Import evolocity as:

import evolocity as evo

After reading the data (evo.pp.featurize_fasta) or loading an in-built dataset (evo.datasets.*), the typical workflow consists of subsequent calls of preprocessing (evo.pp.*), analysis tools (evo.tl.*), and plotting (evo.pl.*). Some utilities (evo.utils.*) are also provided to facilitate data analysis.

Preprocessing (pp)

Featurization (language model embedding)

pp.featurize_seqs(seqs[, model_name, mkey, …])

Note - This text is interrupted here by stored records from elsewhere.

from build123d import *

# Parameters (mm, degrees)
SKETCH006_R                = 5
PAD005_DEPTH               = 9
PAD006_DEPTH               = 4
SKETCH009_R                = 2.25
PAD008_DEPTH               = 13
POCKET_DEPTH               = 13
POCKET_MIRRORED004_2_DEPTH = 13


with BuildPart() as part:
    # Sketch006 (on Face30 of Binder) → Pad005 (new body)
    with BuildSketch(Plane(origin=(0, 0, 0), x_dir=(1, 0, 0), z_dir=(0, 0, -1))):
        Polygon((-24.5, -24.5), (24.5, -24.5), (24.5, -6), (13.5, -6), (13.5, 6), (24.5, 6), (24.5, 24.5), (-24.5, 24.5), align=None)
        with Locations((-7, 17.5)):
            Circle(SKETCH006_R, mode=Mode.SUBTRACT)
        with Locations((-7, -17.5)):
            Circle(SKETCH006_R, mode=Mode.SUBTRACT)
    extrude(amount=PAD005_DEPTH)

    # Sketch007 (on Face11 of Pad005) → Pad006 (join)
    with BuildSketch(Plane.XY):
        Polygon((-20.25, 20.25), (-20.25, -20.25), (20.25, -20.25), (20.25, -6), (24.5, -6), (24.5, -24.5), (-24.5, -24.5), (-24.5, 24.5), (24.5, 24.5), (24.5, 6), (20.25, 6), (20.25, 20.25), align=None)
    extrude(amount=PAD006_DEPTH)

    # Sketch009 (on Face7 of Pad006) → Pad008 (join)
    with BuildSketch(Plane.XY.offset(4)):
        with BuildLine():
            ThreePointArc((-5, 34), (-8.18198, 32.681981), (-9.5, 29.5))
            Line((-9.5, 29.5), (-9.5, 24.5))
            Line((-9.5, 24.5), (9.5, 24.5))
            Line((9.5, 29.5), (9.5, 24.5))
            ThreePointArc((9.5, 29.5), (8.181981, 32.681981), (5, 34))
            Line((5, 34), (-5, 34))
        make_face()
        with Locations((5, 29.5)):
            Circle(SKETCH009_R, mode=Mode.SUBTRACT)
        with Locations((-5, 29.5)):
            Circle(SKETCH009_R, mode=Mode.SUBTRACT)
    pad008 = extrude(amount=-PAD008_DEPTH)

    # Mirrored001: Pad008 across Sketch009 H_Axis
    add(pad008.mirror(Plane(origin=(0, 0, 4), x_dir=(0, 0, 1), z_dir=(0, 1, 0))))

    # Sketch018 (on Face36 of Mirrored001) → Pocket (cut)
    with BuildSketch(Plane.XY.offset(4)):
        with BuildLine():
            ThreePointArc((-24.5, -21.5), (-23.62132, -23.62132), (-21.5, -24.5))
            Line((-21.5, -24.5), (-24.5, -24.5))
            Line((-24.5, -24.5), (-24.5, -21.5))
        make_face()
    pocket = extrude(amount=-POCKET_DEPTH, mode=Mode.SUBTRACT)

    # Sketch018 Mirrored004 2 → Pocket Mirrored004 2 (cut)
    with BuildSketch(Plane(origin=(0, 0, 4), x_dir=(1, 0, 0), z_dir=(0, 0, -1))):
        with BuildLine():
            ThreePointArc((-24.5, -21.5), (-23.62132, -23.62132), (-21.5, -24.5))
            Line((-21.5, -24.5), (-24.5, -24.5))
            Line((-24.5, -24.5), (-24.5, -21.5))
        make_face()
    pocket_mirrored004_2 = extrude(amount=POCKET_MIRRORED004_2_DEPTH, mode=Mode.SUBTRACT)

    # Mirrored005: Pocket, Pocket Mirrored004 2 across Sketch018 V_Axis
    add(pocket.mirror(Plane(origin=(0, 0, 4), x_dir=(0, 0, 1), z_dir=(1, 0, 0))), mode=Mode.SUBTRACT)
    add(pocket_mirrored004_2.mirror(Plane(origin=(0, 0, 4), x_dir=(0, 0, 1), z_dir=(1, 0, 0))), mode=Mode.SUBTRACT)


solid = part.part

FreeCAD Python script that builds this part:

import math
import FreeCAD as App
import Part
import Sketcher

V = App.Vector

doc = App.newDocument("Part")
body = doc.addObject("PartDesign::Body", "Body")

# Sketch on XY plane
sketch1 = body.newObject("Sketcher::SketchObject", "Sketch")
sketch1.AttachmentSupport = (doc.getObject("XY_Plane"), [""])
sketch1.MapMode = "FlatFace"
sketch1.addGeometry([
    Part.LineSegment(V(-24, 24, 0), V(24, 24, 0)),  # 0
    Part.LineSegment(V(24, 24, 0), V(24, 6, 0)),  # 1
    Part.LineSegment(V(24, 6, 0), V(14, 6, 0)),  # 2
    Part.LineSegment(V(14, 6, 0), V(14, -6, 0)),  # 3
    Part.LineSegment(V(14, -6, 0), V(24, -6, 0)),  # 4
    Part.LineSegment(V(24, -6, 0), V(24, -24, 0)),  # 5
    Part.LineSegment(V(24, -24, 0), V(-24, -24, 0)),  # 6
    Part.LineSegment(V(-24, -24, 0), V(-24, 24, 0)),  # 7
    Part.Circle(V(-7, 18, 0), V(0, 0, 1), 5),  # 8
    Part.Circle(V(-7, -18, 0), V(0, 0, 1), 5),  # 9
], False)
sketch1.addConstraint([
    Sketcher.Constraint("Coincident", 0, 2, 1, 1),
    Sketcher.Constraint("Coincident", 1, 2, 2, 1),
    Sketcher.Constraint("Coincident", 2, 2, 3, 1),
    Sketcher.Constraint("Coincident", 3, 2, 4, 1),
    Sketcher.Constraint("Coincident", 4, 2, 5, 1),
    Sketcher.Constraint("Coincident", 5, 2, 6, 1),
    Sketcher.Constraint("Coincident", 6, 2, 7, 1),
    Sketcher.Constraint("Coincident", 7, 2, 0, 1),
    Sketcher.Constraint("Horizontal", 0),
    Sketcher.Constraint("Vertical", 1),
    Sketcher.Constraint("Horizontal", 2),
    Sketcher.Constraint("Vertical", 3),
    Sketcher.Constraint("Horizontal", 4),
    Sketcher.Constraint("Vertical", 5),
    Sketcher.Constraint("Horizontal", 6),
    Sketcher.Constraint("Vertical", 7),
    Sketcher.Constraint("Equal", 8, 9),
    Sketcher.Constraint("Symmetric", 0, 2, 6, 2, -1, 1),
    Sketcher.Constraint("Symmetric", 8, 3, 9, 3, -1),
    Sketcher.Constraint("Symmetric", 1, 2, 4, 2, -1),
    Sketcher.Constraint("Equal", 6, 7),
    Sketcher.Constraint("Diameter", 8, 10.0),
    Sketcher.Constraint("DistanceX", 0, 1, 0, 2, 49.0),
    Sketcher.Constraint("DistanceX", 2, 2, 2, 1, 11.0),
    Sketcher.Constraint("DistanceY", 3, 2, 3, 1, 12.0),
    Sketcher.Constraint("DistanceX", 8, 3, -1, 1, 7.0),
    Sketcher.Constraint("DistanceY", 9, 3, 8, 3, 35.0),
])
pad1 = body.newObject("PartDesign::Pad", "Pad")
pad1.Profile = sketch1
pad1.Length = 9
pad1.Reversed = True

# Sketch on XY plane
sketch2 = body.newObject("Sketcher::SketchObject", "Sketch001")
sketch2.AttachmentSupport = (doc.getObject("XY_Plane"), [""])
sketch2.MapMode = "FlatFace"
sketch2.addGeometry([
    Part.LineSegment(V(-20.2, -20.2, 0), V(-20.2, 20.2, 0)),  # 0
    Part.LineSegment(V(-20.2, 20.2, 0), V(20.2, 20.2, 0)),  # 1
    Part.LineSegment(V(20.2, 20.2, 0), V(20.2, 6, 0)),  # 2
    Part.LineSegment(V(20.2, 6, 0), V(24.5, 6, 0)),  # 3
    Part.LineSegment(V(24.5, 6, 0), V(24.5, 24.5, 0)),  # 4
    Part.LineSegment(V(24.5, 24.5, 0), V(-24.5, 24.5, 0)),  # 5
    Part.LineSegment(V(-24.5, 24.5, 0), V(-24.5, -24.5, 0)),  # 6
    Part.LineSegment(V(-24.5, -24.5, 0), V(24.5, -24.5, 0)),  # 7
    Part.LineSegment(V(24.5, -24.5, 0), V(24.5, -6, 0)),  # 8
    Part.LineSegment(V(24.5, -6, 0), V(20.2, -6, 0)),  # 9
    Part.LineSegment(V(20.2, -6, 0), V(20.2, -20.2, 0)),  # 10
    Part.LineSegment(V(20.2, -20.2, 0), V(-20.2, -20.2, 0)),  # 11
], False)
sketch2.addConstraint([
    Sketcher.Constraint("Coincident", 0, 2, 1, 1),
    Sketcher.Constraint("Coincident", 1, 2, 2, 1),
    Sketcher.Constraint("Coincident", 2, 2, 3, 1),
    Sketcher.Constraint("Coincident", 3, 2, 4, 1),
    Sketcher.Constraint("Coincident", 4, 2, 5, 1),
    Sketcher.Constraint("Coincident", 5, 2, 6, 1),
    Sketcher.Constraint("Coincident", 6, 2, 7, 1),
    Sketcher.Constraint("Coincident", 7, 2, 8, 1),
    Sketcher.Constraint("Coincident", 8, 2, 9, 1),
    Sketcher.Constraint("Coincident", 9, 2, 10, 1),
    Sketcher.Constraint("Coincident", 10, 2, 11, 1),
    Sketcher.Constraint("Coincident", 11, 2, 0, 1),
    Sketcher.Constraint("Vertical", 0),
    Sketcher.Constraint("Horizontal", 1),
    Sketcher.Constraint("Vertical", 2),
    Sketcher.Constraint("Horizontal", 3),
    Sketcher.Constraint("Vertical", 4),
    Sketcher.Constraint("Horizontal", 5),
    Sketcher.Constraint("Vertical", 6),
    Sketcher.Constraint("Horizontal", 7),
    Sketcher.Constraint("Vertical", 8),
    Sketcher.Constraint("Horizontal", 9),
    Sketcher.Constraint("Vertical", 10),
    Sketcher.Constraint("Horizontal", 11),
    Sketcher.Constraint("Symmetric", 4, 2, 6, 2, -1, 1),
    Sketcher.Constraint("Symmetric", 0, 2, 10, 2, -1, 1),
    Sketcher.Constraint("Symmetric", 3, 2, 8, 2, -1),
    Sketcher.Constraint("Vertical", 2, 2, 9, 2),
    Sketcher.Constraint("Equal", 11, 0),
    Sketcher.Constraint("Equal", 7, 6),
    Sketcher.Constraint("DistanceX", 5, 2, 5, 1, 49.0),
    Sketcher.Constraint("DistanceX", 1, 1, 1, 2, 40.5),
    Sketcher.Constraint("DistanceY", 4, 1, 4, 2, 18.5),
])
pad2 = body.newObject("PartDesign::Pad", "Pad001")
pad2.Profile = sketch2
pad2.Length = 4

# Sketch on XY plane
sketch3 = body.newObject("Sketcher::SketchObject", "Sketch002")
sketch3.AttachmentSupport = (doc.getObject("XY_Plane"), [""])
sketch3.MapMode = "FlatFace"
sketch3.AttachmentOffset = App.Placement(V(0, 0, 4), App.Rotation())
sketch3.addGeometry([
    Part.ArcOfCircle(Part.Circle(V(-5, 29.5, 0), V(0, 0, 1), 4.5), math.radians(90), math.radians(180)),  # 0
    Part.LineSegment(V(-9.5, 29.5, 0), V(-9.5, 24.5, 0)),  # 1
    Part.LineSegment(V(-9.5, 24.5, 0), V(9.5, 24.5, 0)),  # 2
    Part.LineSegment(V(9.5, 24.5, 0), V(9.5, 29.5, 0)),  # 3
    Part.ArcOfCircle(Part.Circle(V(5, 29.5, 0), V(0, 0, 1), 4.5), math.radians(0), math.radians(90)),  # 4
    Part.LineSegment(V(5, 34, 0), V(-5, 34, 0)),  # 5
    Part.Circle(V(-5, 29.5, 0), V(0, 0, 1), 2.2),  # 6
    Part.Circle(V(5, 29.5, 0), V(0, 0, 1), 2.2),  # 7
], False)
sketch3.addConstraint([
    Sketcher.Constraint("Tangent", 0, 2, 1, 1),
    Sketcher.Constraint("Coincident", 1, 2, 2, 1),
    Sketcher.Constraint("Coincident", 2, 2, 3, 1),
    Sketcher.Constraint("Tangent", 3, 2, 4, 1),
    Sketcher.Constraint("Tangent", 4, 2, 5, 1),
    Sketcher.Constraint("Tangent", 5, 2, 0, 1),
    Sketcher.Constraint("Vertical", 1),
    Sketcher.Constraint("Horizontal", 2),
    Sketcher.Constraint("Vertical", 3),
    Sketcher.Constraint("Horizontal", 5),
    Sketcher.Constraint("Coincident", 6, 3, 0, 3),
    Sketcher.Constraint("Coincident", 7, 3, 4, 3),
    Sketcher.Constraint("Equal", 0, 4),
    Sketcher.Constraint("Equal", 6, 7),
    Sketcher.Constraint("Diameter", 6, 4.5),
    Sketcher.Constraint("Radius", 0, 4.5),
    Sketcher.Constraint("DistanceX", 2, 1, 2, 2, 19.0),
    Sketcher.Constraint("DistanceY", 1, 2, 1, 1, 5.0),
    Sketcher.Constraint("DistanceX", 0, 3, -1, 1, 5.0),
    Sketcher.Constraint("DistanceY", -1, 1, 4, 2, 34.0),
])
pad3 = body.newObject("PartDesign::Pad", "Pad002")
pad3.Profile = sketch3
pad3.Length = 13
pad3.Reversed = True
doc.recompute()

mirrored = body.newObject("PartDesign::Mirrored", "Mirrored")
mirrored.Originals = [pad3]
mirrored.MirrorPlane = (doc.getObject("XZ_Plane"), [""])
body.Tip = mirrored

# Sketch on XY plane
sketch4 = body.newObject("Sketcher::SketchObject", "Sketch003")
sketch4.AttachmentSupport = (doc.getObject("XY_Plane"), [""])
sketch4.MapMode = "FlatFace"
sketch4.AttachmentOffset = App.Placement(V(0, 0, 4), App.Rotation())
sketch4.addGeometry([
    Part.ArcOfCircle(Part.Circle(V(-21.5, -21.5, 0), V(0, 0, 1), 3), math.radians(-180), math.radians(-90)),
    Part.LineSegment(V(-24.5, -21.5, 0), V(-24.5, -24.5, 0)),
    Part.LineSegment(V(-24.5, -24.5, 0), V(-21.5, -24.5, 0)),
], False)
sketch4.addConstraint([
    Sketcher.Constraint("Tangent", 0, 1, 1, 1),
    Sketcher.Constraint("Coincident", 1, 2, 2, 1),
    Sketcher.Constraint("Tangent", 2, 2, 0, 2),
    Sketcher.Constraint("Vertical", 1),
    Sketcher.Constraint("Horizontal", 2),
    Sketcher.Constraint("Radius", 0, 3.000001),
    Sketcher.Constraint("DistanceX", 0, 3, -1, 1, 21.499999),
    Sketcher.Constraint("DistanceY", 0, 3, -1, 1, 21.499999),
])
pocket1 = body.newObject("PartDesign::Pocket", "Pocket")
pocket1.Profile = sketch4
pocket1.Length = 13

# Sketch on XY plane
sketch5 = body.newObject("Sketcher::SketchObject", "Sketch004")
sketch5.AttachmentSupport = (doc.getObject("XY_Plane"), [""])
sketch5.MapMode = "FlatFace"
sketch5.AttachmentOffset = App.Placement(V(0, 0, 4), App.Rotation())
sketch5.addGeometry([
    Part.ArcOfCircle(Part.Circle(V(-21.5, 21.5, 0), V(0, 0, 1), 3), math.radians(90), math.radians(180)),
    Part.LineSegment(V(-24.5, 21.5, 0), V(-24.5, 24.5, 0)),
    Part.LineSegment(V(-24.5, 24.5, 0), V(-21.5, 24.5, 0)),
], False)
sketch5.addConstraint([
    Sketcher.Constraint("Tangent", 0, 2, 1, 1),
    Sketcher.Constraint("Coincident", 1, 2, 2, 1),
    Sketcher.Constraint("Tangent", 2, 2, 0, 1),
    Sketcher.Constraint("Vertical", 1),
    Sketcher.Constraint("Horizontal", 2),
    Sketcher.Constraint("Radius", 0, 3.000001),
    Sketcher.Constraint("DistanceX", 0, 3, -1, 1, 21.499999),
    Sketcher.Constraint("DistanceY", -1, 1, 0, 3, 21.499999),
])
pocket2 = body.newObject("PartDesign::Pocket", "Pocket001")
pocket2.Profile = sketch5
pocket2.Length = 13
doc.recompute()

mirrored2 = body.newObject("PartDesign::Mirrored", "Mirrored001")
mirrored2.Originals = [pocket1, pocket2]
mirrored2.MirrorPlane = (doc.getObject("YZ_Plane"), [""])
body.Tip = mirrored2

doc.recompute()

Embeds a list of sequences.

pp.featurize_fasta(fname[, model_name, …])

Embeds a FASTA file.

Landscape (nearest neighbors graph construction)

pp.neighbors(adata[, n_neighbors, n_pcs, …])

Construct sequence similarity neighborhood graph.

Tools (tl)

Velocity estimation

tl.velocity_graph(adata[, model_name, mkey, …])

Computes velocity scores at each edge in the graph.

tl.velocity_embedding(data[, basis, vkey, …])

Projects the velocities into any embedding.

Pseudotime and trajectory inference

tl.terminal_states(data[, vkey, groupby, …])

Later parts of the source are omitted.